(Source data)
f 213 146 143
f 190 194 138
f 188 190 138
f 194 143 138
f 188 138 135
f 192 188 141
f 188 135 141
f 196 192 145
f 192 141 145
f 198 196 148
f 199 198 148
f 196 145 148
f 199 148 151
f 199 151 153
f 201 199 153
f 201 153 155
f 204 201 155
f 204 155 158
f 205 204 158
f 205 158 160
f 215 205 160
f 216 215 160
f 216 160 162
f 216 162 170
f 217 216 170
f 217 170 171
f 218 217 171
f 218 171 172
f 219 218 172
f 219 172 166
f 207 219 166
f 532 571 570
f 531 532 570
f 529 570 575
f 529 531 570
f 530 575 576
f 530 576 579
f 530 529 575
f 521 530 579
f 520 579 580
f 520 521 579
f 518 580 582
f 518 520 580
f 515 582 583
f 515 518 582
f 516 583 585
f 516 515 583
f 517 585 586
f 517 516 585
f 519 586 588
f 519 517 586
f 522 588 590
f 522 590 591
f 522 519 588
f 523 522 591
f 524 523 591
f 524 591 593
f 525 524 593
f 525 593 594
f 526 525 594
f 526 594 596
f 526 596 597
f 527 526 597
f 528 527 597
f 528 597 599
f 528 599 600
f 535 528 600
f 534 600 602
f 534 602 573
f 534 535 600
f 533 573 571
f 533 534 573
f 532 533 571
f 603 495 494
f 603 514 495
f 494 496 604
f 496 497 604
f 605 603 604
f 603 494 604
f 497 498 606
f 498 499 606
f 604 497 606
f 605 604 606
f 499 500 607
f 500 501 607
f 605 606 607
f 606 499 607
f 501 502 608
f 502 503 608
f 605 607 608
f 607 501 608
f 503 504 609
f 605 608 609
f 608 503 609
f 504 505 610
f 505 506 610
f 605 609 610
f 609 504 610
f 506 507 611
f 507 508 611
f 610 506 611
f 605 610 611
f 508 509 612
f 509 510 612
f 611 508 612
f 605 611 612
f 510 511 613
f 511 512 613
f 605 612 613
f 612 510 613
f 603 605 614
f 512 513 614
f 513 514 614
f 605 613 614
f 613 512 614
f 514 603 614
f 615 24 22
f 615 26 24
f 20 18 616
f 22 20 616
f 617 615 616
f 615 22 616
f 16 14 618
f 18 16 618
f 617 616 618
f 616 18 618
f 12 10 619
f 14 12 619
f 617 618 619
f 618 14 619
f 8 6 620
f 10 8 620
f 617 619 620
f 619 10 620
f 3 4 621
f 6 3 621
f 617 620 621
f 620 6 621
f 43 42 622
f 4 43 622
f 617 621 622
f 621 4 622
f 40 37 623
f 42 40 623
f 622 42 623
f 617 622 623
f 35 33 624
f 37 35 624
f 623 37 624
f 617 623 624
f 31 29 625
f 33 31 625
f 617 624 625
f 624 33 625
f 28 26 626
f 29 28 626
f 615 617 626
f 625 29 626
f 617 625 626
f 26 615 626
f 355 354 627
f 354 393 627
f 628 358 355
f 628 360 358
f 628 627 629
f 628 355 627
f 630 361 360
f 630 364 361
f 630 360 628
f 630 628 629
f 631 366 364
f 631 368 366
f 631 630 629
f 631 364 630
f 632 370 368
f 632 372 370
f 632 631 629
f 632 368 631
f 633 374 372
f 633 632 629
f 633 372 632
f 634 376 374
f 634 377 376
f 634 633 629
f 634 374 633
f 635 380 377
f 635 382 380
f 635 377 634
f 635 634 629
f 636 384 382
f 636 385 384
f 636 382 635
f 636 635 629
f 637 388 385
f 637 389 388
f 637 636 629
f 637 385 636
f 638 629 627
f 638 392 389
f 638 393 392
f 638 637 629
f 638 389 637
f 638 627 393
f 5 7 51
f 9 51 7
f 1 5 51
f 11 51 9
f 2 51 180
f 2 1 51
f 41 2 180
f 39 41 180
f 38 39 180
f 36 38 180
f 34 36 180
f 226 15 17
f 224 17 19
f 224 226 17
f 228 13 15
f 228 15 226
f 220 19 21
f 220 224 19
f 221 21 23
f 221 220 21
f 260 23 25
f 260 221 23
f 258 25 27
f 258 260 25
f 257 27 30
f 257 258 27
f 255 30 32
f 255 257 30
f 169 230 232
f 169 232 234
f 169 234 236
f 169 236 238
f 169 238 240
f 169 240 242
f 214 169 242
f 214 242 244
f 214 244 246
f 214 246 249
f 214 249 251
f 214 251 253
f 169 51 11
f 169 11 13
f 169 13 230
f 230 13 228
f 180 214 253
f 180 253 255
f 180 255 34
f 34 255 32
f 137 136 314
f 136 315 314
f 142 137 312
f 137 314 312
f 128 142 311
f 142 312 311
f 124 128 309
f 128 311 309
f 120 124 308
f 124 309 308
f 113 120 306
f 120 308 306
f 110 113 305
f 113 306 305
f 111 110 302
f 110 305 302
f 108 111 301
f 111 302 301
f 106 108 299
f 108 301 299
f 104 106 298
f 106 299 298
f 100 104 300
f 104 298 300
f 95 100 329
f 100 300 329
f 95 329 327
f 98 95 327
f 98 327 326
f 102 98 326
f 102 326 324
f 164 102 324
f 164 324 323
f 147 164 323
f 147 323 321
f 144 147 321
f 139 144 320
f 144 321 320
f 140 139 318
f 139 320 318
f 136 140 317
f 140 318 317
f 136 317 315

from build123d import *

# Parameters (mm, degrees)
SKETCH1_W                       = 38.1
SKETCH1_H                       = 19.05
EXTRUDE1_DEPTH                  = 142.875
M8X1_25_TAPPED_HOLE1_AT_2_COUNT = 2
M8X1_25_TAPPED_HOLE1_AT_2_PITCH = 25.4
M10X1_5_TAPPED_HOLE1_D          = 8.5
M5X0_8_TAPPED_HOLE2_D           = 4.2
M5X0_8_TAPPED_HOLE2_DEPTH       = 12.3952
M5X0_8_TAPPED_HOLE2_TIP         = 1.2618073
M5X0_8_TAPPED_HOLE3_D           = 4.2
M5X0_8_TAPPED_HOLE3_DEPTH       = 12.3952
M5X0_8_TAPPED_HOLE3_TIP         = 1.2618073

---

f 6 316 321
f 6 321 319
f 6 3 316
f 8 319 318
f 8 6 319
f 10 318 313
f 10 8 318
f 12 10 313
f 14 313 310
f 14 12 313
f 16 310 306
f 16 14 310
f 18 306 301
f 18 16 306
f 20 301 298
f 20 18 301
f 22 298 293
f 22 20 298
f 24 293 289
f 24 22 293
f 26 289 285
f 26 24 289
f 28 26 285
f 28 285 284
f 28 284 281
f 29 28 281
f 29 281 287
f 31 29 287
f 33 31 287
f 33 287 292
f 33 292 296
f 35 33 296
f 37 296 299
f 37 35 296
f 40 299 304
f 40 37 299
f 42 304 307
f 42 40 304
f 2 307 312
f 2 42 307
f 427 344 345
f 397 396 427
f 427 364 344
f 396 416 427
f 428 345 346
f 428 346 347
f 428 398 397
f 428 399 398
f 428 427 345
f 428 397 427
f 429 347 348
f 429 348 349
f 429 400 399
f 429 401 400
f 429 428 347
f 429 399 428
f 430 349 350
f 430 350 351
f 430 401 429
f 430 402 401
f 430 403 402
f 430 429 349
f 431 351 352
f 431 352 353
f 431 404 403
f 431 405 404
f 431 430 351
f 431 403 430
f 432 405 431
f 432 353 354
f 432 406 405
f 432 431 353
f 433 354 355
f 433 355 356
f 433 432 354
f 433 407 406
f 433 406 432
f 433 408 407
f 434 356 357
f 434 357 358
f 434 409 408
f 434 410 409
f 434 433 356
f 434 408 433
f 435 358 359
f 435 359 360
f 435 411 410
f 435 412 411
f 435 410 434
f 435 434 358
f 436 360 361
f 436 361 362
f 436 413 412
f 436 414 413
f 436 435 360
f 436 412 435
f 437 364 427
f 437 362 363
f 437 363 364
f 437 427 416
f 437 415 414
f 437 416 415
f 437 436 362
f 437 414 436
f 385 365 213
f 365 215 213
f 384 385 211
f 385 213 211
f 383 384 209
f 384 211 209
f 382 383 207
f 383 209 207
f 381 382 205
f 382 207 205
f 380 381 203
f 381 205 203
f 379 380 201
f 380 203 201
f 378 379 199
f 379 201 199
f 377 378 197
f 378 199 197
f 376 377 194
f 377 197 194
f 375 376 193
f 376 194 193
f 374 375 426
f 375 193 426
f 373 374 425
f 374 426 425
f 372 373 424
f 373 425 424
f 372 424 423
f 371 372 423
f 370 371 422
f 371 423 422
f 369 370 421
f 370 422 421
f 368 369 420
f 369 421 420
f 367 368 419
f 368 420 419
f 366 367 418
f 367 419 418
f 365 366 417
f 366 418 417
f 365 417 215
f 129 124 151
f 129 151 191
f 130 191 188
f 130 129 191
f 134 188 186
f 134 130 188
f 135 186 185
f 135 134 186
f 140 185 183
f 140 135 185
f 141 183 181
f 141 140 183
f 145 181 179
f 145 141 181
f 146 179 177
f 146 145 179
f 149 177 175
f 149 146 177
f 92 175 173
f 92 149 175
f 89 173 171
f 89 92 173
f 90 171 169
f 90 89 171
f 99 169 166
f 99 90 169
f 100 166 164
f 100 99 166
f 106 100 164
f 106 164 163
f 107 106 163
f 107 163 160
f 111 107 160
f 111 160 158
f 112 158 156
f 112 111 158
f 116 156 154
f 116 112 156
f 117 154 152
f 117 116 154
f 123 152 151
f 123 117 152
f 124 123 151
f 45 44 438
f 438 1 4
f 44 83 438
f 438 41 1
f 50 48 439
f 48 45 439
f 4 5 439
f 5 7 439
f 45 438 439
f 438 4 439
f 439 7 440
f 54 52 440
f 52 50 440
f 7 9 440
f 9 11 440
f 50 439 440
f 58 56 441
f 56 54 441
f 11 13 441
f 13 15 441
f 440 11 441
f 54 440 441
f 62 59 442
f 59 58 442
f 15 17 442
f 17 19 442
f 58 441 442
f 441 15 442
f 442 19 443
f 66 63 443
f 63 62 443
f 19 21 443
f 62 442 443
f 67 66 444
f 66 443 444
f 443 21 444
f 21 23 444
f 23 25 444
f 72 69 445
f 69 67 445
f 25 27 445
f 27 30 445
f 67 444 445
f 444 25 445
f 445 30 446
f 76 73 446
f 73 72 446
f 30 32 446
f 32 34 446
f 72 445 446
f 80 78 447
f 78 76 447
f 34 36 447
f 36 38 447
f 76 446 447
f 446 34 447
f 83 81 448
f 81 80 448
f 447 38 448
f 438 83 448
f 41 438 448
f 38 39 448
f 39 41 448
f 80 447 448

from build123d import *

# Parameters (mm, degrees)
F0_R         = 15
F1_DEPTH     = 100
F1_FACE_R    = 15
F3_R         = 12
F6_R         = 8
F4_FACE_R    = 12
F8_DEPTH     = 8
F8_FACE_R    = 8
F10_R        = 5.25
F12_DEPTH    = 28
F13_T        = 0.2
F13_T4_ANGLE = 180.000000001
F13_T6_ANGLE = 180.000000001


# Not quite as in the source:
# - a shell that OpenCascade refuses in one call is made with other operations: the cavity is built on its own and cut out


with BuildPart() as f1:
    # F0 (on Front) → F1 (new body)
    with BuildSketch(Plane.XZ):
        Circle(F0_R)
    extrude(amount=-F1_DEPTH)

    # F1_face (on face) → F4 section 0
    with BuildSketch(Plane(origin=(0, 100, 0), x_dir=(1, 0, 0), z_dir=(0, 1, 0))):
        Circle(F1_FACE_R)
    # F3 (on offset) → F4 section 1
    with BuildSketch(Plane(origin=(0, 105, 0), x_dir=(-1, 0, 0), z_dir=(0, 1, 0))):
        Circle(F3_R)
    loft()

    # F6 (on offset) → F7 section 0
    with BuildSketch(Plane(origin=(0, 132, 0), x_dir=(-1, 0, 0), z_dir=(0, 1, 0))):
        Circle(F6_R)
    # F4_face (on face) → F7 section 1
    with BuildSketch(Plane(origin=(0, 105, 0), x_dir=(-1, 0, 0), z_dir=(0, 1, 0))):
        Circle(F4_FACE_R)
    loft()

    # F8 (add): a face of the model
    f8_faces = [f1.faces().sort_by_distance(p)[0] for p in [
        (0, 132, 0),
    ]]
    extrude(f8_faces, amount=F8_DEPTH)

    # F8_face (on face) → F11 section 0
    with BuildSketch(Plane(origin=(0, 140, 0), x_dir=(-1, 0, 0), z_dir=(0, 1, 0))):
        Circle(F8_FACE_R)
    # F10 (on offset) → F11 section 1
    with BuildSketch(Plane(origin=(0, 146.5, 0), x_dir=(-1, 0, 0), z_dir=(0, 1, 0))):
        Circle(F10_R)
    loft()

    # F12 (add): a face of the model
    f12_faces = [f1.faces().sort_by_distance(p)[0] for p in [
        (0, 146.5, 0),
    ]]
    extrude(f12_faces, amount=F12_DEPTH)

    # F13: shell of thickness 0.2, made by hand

Try it:
Look through the entries and return each line that has the word "model" in it.

Exercise result:
    # F8 (add): a face of the model
    # F12 (add): a face of the model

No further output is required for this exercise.